Author indications on fulfilling journal expectations
- Provide a novel and synergetic link between different research areas.
- Open a new pathway in an existing or a new research direction, with clear potential for multi-pronged follow-up work
- Detail a groundbreaking theoretical/experimental/computational discovery
- Present a breakthrough on a previously-identified and long-standing research stumbling block
Published as SciPost Phys. Core 8, 066 (2025)
Reports on this Submission
Report #2 by Anonymous (Referee 2) on 2025-8-5 (Invited Report)
- Cite as: Anonymous, Report on arXiv:2503.23937v2, delivered 2025-08-04, doi: 10.21468/SciPost.Report.11692
Strengths
- Approach is quite general and so of relatively broad applicability
- Makes contact with different approaches and results in the literature
- Paper is well written and clearly lays out the details of the computation
Weaknesses
- The approach is quite technical and the explicit results overlap with those already known in the literature such that the significance of the approach is not immediately apparent.
Report
While some of the explicit results were previously known, the perspective and approach here are sufficiently distinct — particularly through the connection to the general multipole expansion of Damour and Iyer — that the work provides a useful contribution to the topic and is deserving of publication. One concrete, albeit straightforward, new result is the extension of the matching conditions for logarithmic terms to include terms with additional polynomial powers of the expansion coordinates. More broadly, this represents a promising approach to the problem of asymptotic boundary conditions and conserved charges.

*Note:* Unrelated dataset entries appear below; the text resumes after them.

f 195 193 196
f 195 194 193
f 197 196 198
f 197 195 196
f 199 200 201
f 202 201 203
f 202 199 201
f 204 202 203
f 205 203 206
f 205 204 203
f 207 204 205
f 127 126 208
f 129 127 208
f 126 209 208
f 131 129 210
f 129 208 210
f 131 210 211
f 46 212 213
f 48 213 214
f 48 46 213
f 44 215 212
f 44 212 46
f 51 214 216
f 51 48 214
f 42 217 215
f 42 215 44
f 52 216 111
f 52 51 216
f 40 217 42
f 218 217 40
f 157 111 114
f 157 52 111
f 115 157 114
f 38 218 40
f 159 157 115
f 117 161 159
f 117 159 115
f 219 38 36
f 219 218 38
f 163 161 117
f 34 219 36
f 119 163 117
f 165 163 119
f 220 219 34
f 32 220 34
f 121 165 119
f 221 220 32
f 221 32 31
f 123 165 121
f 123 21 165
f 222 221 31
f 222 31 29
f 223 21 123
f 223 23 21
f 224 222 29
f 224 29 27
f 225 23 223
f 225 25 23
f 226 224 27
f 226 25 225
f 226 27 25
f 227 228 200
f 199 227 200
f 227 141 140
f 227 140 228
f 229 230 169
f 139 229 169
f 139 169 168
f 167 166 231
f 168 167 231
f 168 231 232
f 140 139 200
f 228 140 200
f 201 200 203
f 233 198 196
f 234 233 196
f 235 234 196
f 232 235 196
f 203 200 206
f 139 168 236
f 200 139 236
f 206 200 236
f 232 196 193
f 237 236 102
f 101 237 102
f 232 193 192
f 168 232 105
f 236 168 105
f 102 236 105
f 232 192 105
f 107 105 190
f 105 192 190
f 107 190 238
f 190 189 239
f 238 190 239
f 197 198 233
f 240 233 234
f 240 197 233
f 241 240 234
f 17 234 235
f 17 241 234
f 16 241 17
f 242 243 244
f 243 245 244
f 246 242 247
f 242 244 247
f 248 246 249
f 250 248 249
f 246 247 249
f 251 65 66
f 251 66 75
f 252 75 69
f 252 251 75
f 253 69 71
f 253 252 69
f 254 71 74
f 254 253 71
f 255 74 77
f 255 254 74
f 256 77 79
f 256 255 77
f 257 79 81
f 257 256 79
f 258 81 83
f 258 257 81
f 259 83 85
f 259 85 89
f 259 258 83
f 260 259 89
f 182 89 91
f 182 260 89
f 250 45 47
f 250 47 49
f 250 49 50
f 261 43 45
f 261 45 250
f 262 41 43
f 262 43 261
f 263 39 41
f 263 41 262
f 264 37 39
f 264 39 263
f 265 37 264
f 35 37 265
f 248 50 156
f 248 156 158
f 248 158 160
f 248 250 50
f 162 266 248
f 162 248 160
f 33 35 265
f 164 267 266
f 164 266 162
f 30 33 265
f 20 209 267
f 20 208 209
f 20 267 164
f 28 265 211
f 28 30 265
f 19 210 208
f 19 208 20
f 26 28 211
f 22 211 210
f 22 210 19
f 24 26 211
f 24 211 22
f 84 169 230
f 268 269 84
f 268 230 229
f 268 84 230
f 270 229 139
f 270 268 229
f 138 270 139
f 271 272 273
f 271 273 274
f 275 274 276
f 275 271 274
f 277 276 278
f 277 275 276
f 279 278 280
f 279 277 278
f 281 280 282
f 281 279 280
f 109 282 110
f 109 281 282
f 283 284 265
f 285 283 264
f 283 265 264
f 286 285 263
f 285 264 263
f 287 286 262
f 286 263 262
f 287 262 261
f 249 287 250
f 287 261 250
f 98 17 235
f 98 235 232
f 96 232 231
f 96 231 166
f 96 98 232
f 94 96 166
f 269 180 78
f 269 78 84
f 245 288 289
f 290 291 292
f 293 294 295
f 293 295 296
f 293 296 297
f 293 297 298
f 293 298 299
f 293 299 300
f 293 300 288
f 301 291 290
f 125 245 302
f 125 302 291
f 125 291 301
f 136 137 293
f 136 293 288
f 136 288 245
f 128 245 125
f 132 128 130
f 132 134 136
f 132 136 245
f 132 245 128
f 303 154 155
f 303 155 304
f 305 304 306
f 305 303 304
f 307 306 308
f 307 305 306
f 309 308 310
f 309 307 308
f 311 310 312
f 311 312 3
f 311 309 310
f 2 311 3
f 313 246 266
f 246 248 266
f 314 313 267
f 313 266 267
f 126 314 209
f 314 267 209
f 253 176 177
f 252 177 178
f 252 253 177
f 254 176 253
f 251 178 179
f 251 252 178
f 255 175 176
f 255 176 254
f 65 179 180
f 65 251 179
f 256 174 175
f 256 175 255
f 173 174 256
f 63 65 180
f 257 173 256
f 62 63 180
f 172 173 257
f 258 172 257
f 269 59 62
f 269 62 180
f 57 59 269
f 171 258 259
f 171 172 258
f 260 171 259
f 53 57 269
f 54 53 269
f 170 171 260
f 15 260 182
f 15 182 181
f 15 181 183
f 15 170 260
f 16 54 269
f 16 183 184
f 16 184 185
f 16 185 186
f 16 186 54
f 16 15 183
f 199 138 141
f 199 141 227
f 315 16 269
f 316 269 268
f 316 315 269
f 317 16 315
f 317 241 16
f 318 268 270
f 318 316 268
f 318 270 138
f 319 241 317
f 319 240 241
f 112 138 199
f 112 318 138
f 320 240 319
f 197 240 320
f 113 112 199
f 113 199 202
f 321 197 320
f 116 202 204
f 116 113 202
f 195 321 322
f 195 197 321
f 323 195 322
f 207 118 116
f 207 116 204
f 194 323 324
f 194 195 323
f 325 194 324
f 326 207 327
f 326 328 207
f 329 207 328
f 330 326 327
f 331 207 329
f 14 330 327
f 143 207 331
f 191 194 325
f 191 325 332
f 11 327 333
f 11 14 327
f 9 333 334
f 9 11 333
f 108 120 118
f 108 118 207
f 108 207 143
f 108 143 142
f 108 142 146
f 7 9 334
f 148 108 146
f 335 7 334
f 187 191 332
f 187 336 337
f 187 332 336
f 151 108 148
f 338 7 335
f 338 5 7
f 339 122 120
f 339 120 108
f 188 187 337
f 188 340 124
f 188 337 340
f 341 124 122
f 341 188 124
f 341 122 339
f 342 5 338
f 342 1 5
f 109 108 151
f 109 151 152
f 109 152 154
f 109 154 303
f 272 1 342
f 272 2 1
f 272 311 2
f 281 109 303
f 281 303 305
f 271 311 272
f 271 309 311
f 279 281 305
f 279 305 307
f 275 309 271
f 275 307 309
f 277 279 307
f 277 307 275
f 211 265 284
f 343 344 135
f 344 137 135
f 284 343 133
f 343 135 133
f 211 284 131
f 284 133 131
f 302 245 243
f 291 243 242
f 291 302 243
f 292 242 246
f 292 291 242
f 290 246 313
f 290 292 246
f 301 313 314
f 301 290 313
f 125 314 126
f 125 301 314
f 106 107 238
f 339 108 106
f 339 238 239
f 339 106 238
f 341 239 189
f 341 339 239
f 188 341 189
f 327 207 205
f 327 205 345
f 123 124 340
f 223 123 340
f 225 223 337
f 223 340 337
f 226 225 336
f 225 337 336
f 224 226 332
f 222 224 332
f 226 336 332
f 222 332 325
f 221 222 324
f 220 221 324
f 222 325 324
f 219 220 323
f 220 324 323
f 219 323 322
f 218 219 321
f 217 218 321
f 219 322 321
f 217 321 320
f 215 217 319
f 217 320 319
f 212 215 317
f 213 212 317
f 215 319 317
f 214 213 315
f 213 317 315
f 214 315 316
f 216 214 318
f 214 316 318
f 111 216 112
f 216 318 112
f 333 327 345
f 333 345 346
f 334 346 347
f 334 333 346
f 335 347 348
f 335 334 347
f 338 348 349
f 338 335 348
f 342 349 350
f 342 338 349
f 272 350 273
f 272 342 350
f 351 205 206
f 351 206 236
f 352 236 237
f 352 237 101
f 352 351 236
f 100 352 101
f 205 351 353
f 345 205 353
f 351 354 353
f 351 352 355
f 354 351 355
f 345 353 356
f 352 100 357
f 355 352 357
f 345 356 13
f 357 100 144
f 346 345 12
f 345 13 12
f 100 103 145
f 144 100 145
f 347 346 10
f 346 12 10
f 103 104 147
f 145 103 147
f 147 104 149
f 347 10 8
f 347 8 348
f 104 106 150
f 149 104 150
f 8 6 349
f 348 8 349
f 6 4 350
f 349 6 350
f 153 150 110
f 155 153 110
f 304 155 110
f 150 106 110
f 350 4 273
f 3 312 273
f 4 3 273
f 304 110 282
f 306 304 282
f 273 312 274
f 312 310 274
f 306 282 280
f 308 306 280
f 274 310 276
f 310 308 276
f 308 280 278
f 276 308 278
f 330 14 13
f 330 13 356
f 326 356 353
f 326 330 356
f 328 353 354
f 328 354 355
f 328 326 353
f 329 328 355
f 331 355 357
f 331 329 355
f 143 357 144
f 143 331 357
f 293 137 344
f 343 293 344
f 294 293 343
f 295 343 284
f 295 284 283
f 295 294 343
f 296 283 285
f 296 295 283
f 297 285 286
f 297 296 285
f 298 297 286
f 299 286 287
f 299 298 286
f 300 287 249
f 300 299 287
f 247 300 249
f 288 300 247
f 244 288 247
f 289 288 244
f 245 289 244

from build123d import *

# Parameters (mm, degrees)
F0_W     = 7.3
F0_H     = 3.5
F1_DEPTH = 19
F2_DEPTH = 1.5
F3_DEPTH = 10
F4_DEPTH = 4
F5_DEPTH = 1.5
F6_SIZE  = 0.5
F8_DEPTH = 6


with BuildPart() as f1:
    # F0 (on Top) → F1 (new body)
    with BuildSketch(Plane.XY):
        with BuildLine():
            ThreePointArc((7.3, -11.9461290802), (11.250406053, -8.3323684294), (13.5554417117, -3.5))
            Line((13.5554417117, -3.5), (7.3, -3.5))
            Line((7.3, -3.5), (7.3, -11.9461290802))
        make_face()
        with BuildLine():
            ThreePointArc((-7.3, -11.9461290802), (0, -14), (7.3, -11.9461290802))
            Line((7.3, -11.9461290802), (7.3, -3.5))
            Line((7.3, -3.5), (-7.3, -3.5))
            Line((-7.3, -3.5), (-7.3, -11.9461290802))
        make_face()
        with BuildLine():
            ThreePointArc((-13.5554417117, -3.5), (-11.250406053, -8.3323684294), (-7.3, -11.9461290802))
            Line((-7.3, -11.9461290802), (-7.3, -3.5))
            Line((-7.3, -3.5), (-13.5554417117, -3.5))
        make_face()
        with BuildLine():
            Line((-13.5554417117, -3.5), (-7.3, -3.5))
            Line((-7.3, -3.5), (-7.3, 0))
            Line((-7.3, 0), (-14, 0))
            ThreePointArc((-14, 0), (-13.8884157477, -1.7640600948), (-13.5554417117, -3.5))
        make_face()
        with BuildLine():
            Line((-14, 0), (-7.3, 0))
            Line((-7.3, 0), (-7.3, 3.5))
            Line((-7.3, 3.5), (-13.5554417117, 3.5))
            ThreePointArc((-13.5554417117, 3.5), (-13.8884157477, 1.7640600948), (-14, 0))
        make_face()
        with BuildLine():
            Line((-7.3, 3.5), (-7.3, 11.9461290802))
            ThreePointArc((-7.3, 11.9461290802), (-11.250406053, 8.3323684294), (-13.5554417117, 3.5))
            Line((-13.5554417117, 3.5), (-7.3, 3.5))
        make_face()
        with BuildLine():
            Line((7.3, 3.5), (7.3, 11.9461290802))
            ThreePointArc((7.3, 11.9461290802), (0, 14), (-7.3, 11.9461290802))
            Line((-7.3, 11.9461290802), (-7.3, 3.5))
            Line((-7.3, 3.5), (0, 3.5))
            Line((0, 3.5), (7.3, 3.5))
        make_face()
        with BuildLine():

The paper is well written and clearly presents what is a quite technical computation.
Recommendation
Publish (meets expectations and criteria for this Journal)
Report #1 by Anonymous (Referee 1) on 2025-5-20 (Invited Report)
- Cite as: Anonymous, Report on arXiv:2503.23937v2, delivered 2025-05-20, doi: 10.21468/SciPost.Report.11227
Strengths
- Nicely written manuscript
- Summarizes the results of ref [29,30,31,33,34]
Weaknesses
- The manuscript does not contain any new results.
- The main results of the manuscript have already been addressed in ref [37] and proved in arXiv: 2007.03627.
Report
Given that the central result of this work has been previously established in the literature, the manuscript does not offer sufficient novelty to merit publication in this journal.
Recommendation
Reject